Der Charakter Waschtis
Die Interpretation, dass Waschti ungehorsam ist und deshalb zu Recht verstoßen würde, ist eine zu starke Vereinfachung und übersieht, dass der König ihr natürliches Recht auf Selbstbestimmung nicht wahrnimmt. Wenn wir davon ausgehen, dass sie tatsächlich nur mit der Königskrone bekleidet tanzen soll, lehnt sie sich vollkommen zu Recht gegen ihre Degradierung zum Sexobjekt auf. Alleine als starke Frau ansehen dürfen wir Waschti aber nicht, denn die Midraschim zum Buch Esther erwähnen ihre schwachen Seiten ebenfalls. Waschti soll nicht nur während des parallel zum Männerfest veranstalteten Frauenfestes die aus dem Tempel geraubten Becher als Trinkgefäße missbraucht haben, sondern auch ihre jüdischen Sklavinnen schlecht behandelt haben und sie mit voller Absicht regelmäßig zur Arbeit am Schabbat eingeteilt haben. Da König Ahasweros im gesamten Buch Esther als schwach und Entscheidungen überwiegend von anderen Personen treffend geschildert wird, können wir davon ausgehen, dass Waschti vor ihrer Verbannung die wirkliche Herrscherin Persiens war. Möglicherweise stellte ihre Weigerung, dem Befehl des Königs zum Erscheinen auf dem Fest der Männer zu erscheinen, einen expliziten Beweis ihrer Macht dar, so dass sich der persische König bloßgestellt und gedemütigt wurde.

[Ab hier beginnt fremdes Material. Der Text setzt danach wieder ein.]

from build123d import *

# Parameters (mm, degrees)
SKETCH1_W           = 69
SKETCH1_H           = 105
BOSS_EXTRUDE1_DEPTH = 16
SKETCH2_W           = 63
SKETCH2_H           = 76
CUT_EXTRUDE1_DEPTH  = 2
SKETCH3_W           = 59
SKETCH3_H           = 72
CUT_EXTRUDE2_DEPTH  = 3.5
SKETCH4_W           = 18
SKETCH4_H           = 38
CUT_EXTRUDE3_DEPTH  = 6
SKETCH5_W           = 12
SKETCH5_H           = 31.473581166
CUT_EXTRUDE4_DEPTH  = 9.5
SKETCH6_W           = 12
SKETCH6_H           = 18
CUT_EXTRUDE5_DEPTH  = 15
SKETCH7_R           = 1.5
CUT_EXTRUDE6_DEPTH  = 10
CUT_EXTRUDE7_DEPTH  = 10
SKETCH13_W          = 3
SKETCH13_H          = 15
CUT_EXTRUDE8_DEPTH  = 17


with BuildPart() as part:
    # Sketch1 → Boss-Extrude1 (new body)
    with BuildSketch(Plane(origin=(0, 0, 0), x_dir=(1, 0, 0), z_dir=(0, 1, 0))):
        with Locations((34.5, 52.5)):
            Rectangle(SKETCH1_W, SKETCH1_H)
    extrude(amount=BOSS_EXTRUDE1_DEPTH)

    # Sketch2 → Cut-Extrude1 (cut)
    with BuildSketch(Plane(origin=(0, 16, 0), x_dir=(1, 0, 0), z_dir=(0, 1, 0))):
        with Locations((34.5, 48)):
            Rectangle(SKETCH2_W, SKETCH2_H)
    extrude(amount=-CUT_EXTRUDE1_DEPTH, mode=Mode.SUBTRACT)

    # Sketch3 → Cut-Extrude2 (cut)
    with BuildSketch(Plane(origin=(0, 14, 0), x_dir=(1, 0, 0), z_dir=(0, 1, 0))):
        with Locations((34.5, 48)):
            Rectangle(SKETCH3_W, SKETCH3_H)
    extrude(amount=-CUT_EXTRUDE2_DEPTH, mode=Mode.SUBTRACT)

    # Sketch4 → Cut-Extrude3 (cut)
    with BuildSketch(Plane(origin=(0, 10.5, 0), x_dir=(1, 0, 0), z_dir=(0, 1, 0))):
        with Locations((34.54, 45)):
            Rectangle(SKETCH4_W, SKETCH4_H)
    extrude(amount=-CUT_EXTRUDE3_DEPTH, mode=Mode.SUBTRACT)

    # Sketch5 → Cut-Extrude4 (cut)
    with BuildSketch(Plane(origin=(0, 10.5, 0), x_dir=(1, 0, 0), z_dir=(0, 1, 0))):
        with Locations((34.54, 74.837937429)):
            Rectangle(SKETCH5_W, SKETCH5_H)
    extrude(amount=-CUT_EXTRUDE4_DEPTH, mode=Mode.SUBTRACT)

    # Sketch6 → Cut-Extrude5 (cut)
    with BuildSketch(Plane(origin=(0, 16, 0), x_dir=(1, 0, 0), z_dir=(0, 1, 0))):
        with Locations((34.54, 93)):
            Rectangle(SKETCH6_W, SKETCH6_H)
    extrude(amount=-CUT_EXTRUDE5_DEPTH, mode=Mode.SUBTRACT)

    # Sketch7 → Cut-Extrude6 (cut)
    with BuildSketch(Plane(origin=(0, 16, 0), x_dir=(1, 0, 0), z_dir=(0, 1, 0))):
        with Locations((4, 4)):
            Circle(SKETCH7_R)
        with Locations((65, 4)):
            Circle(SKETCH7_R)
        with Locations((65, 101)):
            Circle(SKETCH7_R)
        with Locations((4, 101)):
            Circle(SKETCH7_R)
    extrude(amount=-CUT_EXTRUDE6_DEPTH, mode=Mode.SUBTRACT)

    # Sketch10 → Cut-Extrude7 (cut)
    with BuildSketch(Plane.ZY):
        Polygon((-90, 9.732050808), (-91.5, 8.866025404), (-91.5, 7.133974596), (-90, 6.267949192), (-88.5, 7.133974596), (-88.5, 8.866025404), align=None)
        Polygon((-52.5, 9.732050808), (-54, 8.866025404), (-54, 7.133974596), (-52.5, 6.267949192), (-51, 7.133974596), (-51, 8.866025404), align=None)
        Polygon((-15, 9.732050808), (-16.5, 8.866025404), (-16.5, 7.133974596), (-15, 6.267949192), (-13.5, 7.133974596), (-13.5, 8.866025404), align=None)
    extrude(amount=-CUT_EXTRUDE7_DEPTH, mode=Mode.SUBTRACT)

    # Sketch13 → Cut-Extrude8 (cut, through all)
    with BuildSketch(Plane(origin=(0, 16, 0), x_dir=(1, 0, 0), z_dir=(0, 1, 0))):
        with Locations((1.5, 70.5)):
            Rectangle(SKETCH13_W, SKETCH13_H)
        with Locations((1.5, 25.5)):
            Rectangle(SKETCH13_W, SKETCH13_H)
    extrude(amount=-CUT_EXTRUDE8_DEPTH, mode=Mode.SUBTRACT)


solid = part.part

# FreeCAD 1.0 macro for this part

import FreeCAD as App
import Part
import Sketcher
Q = App.Units.Quantity

doc = App.newDocument("Part")
params = doc.addObject("Spreadsheet::Sheet", "Params")
for row, (alias, value) in enumerate([
    ("sketch1_width", "69 mm"),
    ("sketch1_height", "105 mm"),
    ("pad1_length", "16 mm"),
    ("sketch2_width", "63 mm"),
    ("sketch2_height", "76 mm"),
    ("pocket1_length", "2 mm"),
    ("sketch3_width", "59 mm"),
    ("sketch3_height", "72 mm"),
    ("pocket2_length", "3.5 mm"),
    ("sketch4_width", "18 mm"),
    ("sketch4_height", "38 mm"),
    ("pocket3_length", "6 mm"),
    ("sketch5_width", "12 mm"),
    ("pocket4_length", "9.5 mm"),
    ("sketch6_width", "12 mm"),
    ("sketch6_height", "18 mm"),
    ("pocket5_length", "15 mm"),
    ("sketch7_diameter", "3 mm"),
    ("pocket6_length", "10 mm"),
    ("pocket7_length", "10 mm"),
    ("sketch9_width", "3 mm"),
    ("sketch9_height", "15 mm"),
], start=1):
    params.set(f"A{row}", alias)
    params.set(f"B{row}", "=" + value)
    params.setAlias(f"B{row}", alias)

body = doc.addObject("PartDesign::Body", "Body")

# Sketch on XZ plane
sketch1 = body.newObject("Sketcher::SketchObject", "Sketch")
sketch1.AttachmentSupport = (doc.getObject("XZ_Plane"), [""])
sketch1.MapMode = "FlatFace"
sketch1.addGeometry([
    Part.LineSegment(App.Vector(0, -105, 0), App.Vector(0, 0, 0)),
    Part.LineSegment(App.Vector(0, 0, 0), App.Vector(69, 0, 0)),
    Part.LineSegment(App.Vector(69, 0, 0), App.Vector(69, -105, 0)),
    Part.LineSegment(App.Vector(69, -105, 0), App.Vector(0, -105, 0)),
], False)
sketch1.addConstraint([
    Sketcher.Constraint("Coincident", 0, 2, 1, 1),
    Sketcher.Constraint("Coincident", 1, 2, 2, 1),
    Sketcher.Constraint("Coincident", 2, 2, 3, 1),
    Sketcher.Constraint("Coincident", 3, 2, 0, 1),
    Sketcher.Constraint("Vertical", 0),
    Sketcher.Constraint("Horizontal", 1),
    Sketcher.Constraint("Vertical", 2),
    Sketcher.Constraint("Horizontal", 3),
    Sketcher.Constraint("Coincident", 0, 2, -1, 1),
    Sketcher.Constraint("DistanceX", 1, 1, 1, 2, Q("69 mm")),
    Sketcher.Constraint("DistanceY", 0, 1, 0, 2, Q("105 mm")),
])
sketch1.setExpression("Constraints[9]", "Params.sketch1_width")
sketch1.setExpression("Constraints[10]", "Params.sketch1_height")
pad1 = body.newObject("PartDesign::Pad", "Pad")
pad1.Profile = sketch1
pad1.setExpression("Length", "Params.pad1_length")
pad1.Reversed = True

Ohne Waschtis Weigerung wäre Esther nicht Königin geworden
Dass Waschti sich weigerte, (nackt) vor dem König und dessen betrunkenen männlichen Gästen zu erscheinen und aus diesem Grund verstoßen wurde, ist die Voraussetzung dafür, dass Esther Königin am persischen Hofe wird und somit die Juden Persiens vor dem von Haman angestifteten Pogrom retten kann. Gerade wenn Waschti ihre jüdischen Sklavinnen schlecht behandelt hat, ist es eine humorvolle und zugleich lehrreiche Pointe der Geschichte, dass ihr Verstoß vom Hof und der damit verbundene Verlust der Macht über ihre Dienerinnen die Rettung des jüdischen Volkes ermöglicht. Hätte Waschti ihre Würde als persische Königin nicht verloren, wäre kein Casting zum Finden einer neuen Regentin erforderlich geworden und Esther hätte ihre Rolle am Hof nicht einnehmen können. Wenn wir zu Purim von der Tapferkeit Esthers erzählen und die Heldin zu Recht loben, vergessen wir nicht, dass auch Waschti einen Anteil an der Rettung der Juden am persischen Hof hat.